Reportagem especial: As causas do racismo estrutural

George Floyd

No capítulo O vergalho, do romance Memórias Póstumas de Brás Cubas, de Machado de Assis, o protagonista encontra seu ex-escravo Prudêncio castigando outro negro impiedosamente. Brás Cubas pede para que o perdoe e Prudêncio atende imediatamente seu “Sinhozinho”, depois de não atender sucessivos pedidos de clemência do castigado por dezenas de vergalhadas. Ao se afastar da cena, Brás pensa consigo sobre a condição de Prudêncio: “Agora, porém, que era livre, dispunha de si mesmo, dos braços, das pernas, podia trabalhar, folgar, dormir, desagrilhoado da antiga condição, agora é que ele se desbancava: comprou um escravo, e ia lhe pagando, com alto juro, as quantias que de mim recebera. Vejam as sutilezas do maroto!”. O romance é do século 19, lançado em 1881, em plena era escravocrata no Brasil. Longe de estarmos hoje naquela condição, parece que muitas coisas continuam a nos desafiar.

Martin Trayvon

Muitos negros, mesmo depois de quase um século e meio após o fim da escravidão, não conseguiram se libertar da condição de subalternos.
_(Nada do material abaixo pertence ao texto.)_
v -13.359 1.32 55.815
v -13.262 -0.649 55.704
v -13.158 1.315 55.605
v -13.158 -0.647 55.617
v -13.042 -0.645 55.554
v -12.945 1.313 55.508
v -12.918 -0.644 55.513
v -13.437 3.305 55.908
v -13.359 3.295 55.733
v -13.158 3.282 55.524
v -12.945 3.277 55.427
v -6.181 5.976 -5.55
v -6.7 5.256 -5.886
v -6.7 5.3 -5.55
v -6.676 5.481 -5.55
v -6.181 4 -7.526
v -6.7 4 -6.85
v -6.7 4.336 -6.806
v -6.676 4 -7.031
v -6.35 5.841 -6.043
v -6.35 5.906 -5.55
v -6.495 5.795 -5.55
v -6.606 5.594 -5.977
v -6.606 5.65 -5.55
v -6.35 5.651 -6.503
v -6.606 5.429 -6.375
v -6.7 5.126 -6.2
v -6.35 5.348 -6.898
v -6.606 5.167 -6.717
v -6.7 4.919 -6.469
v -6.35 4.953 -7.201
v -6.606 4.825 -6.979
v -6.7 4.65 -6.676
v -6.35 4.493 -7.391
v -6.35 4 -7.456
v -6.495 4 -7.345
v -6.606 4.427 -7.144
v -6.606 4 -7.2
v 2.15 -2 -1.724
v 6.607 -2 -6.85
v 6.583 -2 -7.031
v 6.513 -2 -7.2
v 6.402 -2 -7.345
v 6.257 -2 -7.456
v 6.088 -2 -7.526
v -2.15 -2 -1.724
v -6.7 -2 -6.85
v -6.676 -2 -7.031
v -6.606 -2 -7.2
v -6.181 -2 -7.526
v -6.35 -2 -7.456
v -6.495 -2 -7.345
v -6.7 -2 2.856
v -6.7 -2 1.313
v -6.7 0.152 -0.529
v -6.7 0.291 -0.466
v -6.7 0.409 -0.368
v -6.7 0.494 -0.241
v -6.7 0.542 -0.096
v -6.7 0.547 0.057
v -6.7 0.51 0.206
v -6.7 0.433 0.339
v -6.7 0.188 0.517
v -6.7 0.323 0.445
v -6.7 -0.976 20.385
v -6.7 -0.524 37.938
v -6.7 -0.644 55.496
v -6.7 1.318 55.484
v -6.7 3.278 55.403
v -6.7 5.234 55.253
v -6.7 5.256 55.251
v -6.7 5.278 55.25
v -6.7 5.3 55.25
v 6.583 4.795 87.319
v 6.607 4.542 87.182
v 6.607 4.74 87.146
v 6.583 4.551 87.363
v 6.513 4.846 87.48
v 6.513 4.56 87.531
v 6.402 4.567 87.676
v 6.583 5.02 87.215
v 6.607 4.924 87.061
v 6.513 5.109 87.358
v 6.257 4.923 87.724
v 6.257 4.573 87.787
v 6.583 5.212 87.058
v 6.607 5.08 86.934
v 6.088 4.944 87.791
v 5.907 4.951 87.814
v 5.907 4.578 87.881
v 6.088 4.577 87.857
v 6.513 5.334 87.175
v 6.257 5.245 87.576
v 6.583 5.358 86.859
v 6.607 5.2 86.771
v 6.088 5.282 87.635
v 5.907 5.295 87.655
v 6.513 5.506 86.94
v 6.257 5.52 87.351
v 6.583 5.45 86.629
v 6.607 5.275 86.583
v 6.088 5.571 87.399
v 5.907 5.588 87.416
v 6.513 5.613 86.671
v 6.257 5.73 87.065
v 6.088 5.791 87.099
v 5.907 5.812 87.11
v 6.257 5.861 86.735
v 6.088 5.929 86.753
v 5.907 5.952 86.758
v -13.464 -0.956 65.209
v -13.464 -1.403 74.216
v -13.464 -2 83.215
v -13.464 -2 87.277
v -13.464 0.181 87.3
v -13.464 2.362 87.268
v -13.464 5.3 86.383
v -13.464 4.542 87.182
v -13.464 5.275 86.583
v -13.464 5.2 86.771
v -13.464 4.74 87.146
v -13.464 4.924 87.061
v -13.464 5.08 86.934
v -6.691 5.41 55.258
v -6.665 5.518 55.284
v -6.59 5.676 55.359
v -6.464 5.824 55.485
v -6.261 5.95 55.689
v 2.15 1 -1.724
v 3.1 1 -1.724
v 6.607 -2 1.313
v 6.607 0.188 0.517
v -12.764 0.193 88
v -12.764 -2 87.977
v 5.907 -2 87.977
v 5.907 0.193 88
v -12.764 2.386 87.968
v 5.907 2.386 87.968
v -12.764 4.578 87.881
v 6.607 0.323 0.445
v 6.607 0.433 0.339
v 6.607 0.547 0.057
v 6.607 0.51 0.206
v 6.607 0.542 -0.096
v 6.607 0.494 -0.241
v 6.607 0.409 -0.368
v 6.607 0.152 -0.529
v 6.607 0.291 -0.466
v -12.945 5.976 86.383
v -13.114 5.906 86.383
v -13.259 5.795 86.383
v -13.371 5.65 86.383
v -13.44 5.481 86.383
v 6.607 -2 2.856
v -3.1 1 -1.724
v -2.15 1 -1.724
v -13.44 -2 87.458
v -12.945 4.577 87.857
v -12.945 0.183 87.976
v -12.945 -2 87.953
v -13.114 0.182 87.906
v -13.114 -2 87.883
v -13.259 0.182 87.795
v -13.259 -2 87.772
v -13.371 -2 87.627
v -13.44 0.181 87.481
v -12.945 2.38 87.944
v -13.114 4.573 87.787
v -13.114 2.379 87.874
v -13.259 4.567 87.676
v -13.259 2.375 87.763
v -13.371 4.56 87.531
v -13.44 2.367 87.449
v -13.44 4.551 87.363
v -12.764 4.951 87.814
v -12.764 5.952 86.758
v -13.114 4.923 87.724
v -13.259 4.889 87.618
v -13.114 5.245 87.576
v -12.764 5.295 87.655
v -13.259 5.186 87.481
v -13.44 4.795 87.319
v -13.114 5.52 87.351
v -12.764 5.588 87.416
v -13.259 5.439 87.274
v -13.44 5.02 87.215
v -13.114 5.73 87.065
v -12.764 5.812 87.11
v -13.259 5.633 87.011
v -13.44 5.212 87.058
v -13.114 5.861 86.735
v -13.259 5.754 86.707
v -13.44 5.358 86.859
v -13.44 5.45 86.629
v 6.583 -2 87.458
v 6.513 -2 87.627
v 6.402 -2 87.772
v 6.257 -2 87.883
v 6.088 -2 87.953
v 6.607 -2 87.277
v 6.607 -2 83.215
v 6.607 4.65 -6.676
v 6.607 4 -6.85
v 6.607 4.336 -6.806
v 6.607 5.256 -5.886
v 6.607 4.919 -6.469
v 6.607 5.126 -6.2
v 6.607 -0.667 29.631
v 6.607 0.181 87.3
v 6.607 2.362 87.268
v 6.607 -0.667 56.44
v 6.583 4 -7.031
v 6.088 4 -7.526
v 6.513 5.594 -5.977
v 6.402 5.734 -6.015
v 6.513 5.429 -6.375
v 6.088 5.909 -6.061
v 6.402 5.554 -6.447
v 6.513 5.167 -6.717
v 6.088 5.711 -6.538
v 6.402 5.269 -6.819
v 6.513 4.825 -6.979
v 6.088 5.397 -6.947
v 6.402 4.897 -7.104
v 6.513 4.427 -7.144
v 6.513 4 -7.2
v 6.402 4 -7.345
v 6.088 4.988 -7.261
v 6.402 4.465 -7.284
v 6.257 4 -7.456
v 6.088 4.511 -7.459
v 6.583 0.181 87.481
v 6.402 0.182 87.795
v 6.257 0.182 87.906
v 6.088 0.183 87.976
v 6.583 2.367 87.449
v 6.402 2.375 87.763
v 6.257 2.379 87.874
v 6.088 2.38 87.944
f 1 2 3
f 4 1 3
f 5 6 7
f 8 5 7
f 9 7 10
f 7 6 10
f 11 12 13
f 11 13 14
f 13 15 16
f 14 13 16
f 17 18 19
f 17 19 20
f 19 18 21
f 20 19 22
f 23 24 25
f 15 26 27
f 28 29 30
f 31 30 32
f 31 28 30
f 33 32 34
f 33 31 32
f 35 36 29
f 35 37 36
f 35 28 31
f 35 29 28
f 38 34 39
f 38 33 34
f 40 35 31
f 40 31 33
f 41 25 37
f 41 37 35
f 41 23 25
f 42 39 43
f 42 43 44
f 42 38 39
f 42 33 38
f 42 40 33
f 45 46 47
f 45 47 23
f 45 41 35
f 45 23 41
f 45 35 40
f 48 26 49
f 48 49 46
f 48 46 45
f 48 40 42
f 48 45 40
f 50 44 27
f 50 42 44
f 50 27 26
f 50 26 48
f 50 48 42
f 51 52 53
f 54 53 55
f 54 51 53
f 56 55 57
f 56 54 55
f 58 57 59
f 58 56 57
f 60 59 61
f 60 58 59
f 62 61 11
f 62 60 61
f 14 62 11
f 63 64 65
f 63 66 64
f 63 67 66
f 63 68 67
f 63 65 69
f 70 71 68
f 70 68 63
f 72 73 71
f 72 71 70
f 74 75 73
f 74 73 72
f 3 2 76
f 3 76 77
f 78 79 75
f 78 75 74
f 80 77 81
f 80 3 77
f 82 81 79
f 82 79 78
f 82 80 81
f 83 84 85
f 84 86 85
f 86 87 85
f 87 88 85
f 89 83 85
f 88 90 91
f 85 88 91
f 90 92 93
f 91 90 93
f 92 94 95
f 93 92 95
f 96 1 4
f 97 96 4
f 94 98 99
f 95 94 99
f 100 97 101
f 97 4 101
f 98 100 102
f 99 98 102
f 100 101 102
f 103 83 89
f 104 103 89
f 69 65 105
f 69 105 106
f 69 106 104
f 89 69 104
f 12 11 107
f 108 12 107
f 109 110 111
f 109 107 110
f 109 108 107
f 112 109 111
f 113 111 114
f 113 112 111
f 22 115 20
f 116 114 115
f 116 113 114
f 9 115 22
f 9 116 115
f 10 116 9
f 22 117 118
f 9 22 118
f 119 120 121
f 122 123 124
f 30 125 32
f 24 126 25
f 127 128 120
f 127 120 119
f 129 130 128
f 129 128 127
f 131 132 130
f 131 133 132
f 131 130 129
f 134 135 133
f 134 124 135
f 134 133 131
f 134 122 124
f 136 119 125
São inúmeros os exemplos daqueles que venceram e, do alto, veem sua raça como inferior e passam a adotar um comportamento pautado no status quo de supremacistas brancos. Há casos até de negros que promoveram o embranquecimento da pele para melhor se enturmar entre os arianos. Recentemente tivemos o caso que envolve a Fundação Palmares. O negro Sérgio Camargo, nomeado presidente da entidade, chamou o movimento negro de “escória maldita” e também disse que Zumbi era “filho da puta que escravizava pretos”. Camargo ainda criticou o Dia da Consciência Negra e chamou de “macumbeira” ao se referir a uma mãe de santo.

Oscar Grant III

Poderíamos aqui tentar buscar as variadas causas de tais fenômenos, mas uma é, definitivamente, a mais visível: o racismo estrutural, alimentado pelo fracasso da educação pública e pela secular desigualdade social. Tal tipo de racismo é a reestruturação moderna de um mundo tribal, de um período em que se odiava o outro por ser de uma tribo diferente, de cultos diversos, mesmo que próximos. Não se trata apenas de racismo contra negros. Se estes são escória, os índios são vagabundos, asiáticos são vermes, europeus são “branquelos” ou sujos e os judeus são miseráveis. Isto está longe de ser brincadeira de amigos ou sarro da rapaziada. É a prática selvagem da raça humana em seu estado mais primitivo, embora polida pelo combate feito hoje por uma parte destas mesmas raças.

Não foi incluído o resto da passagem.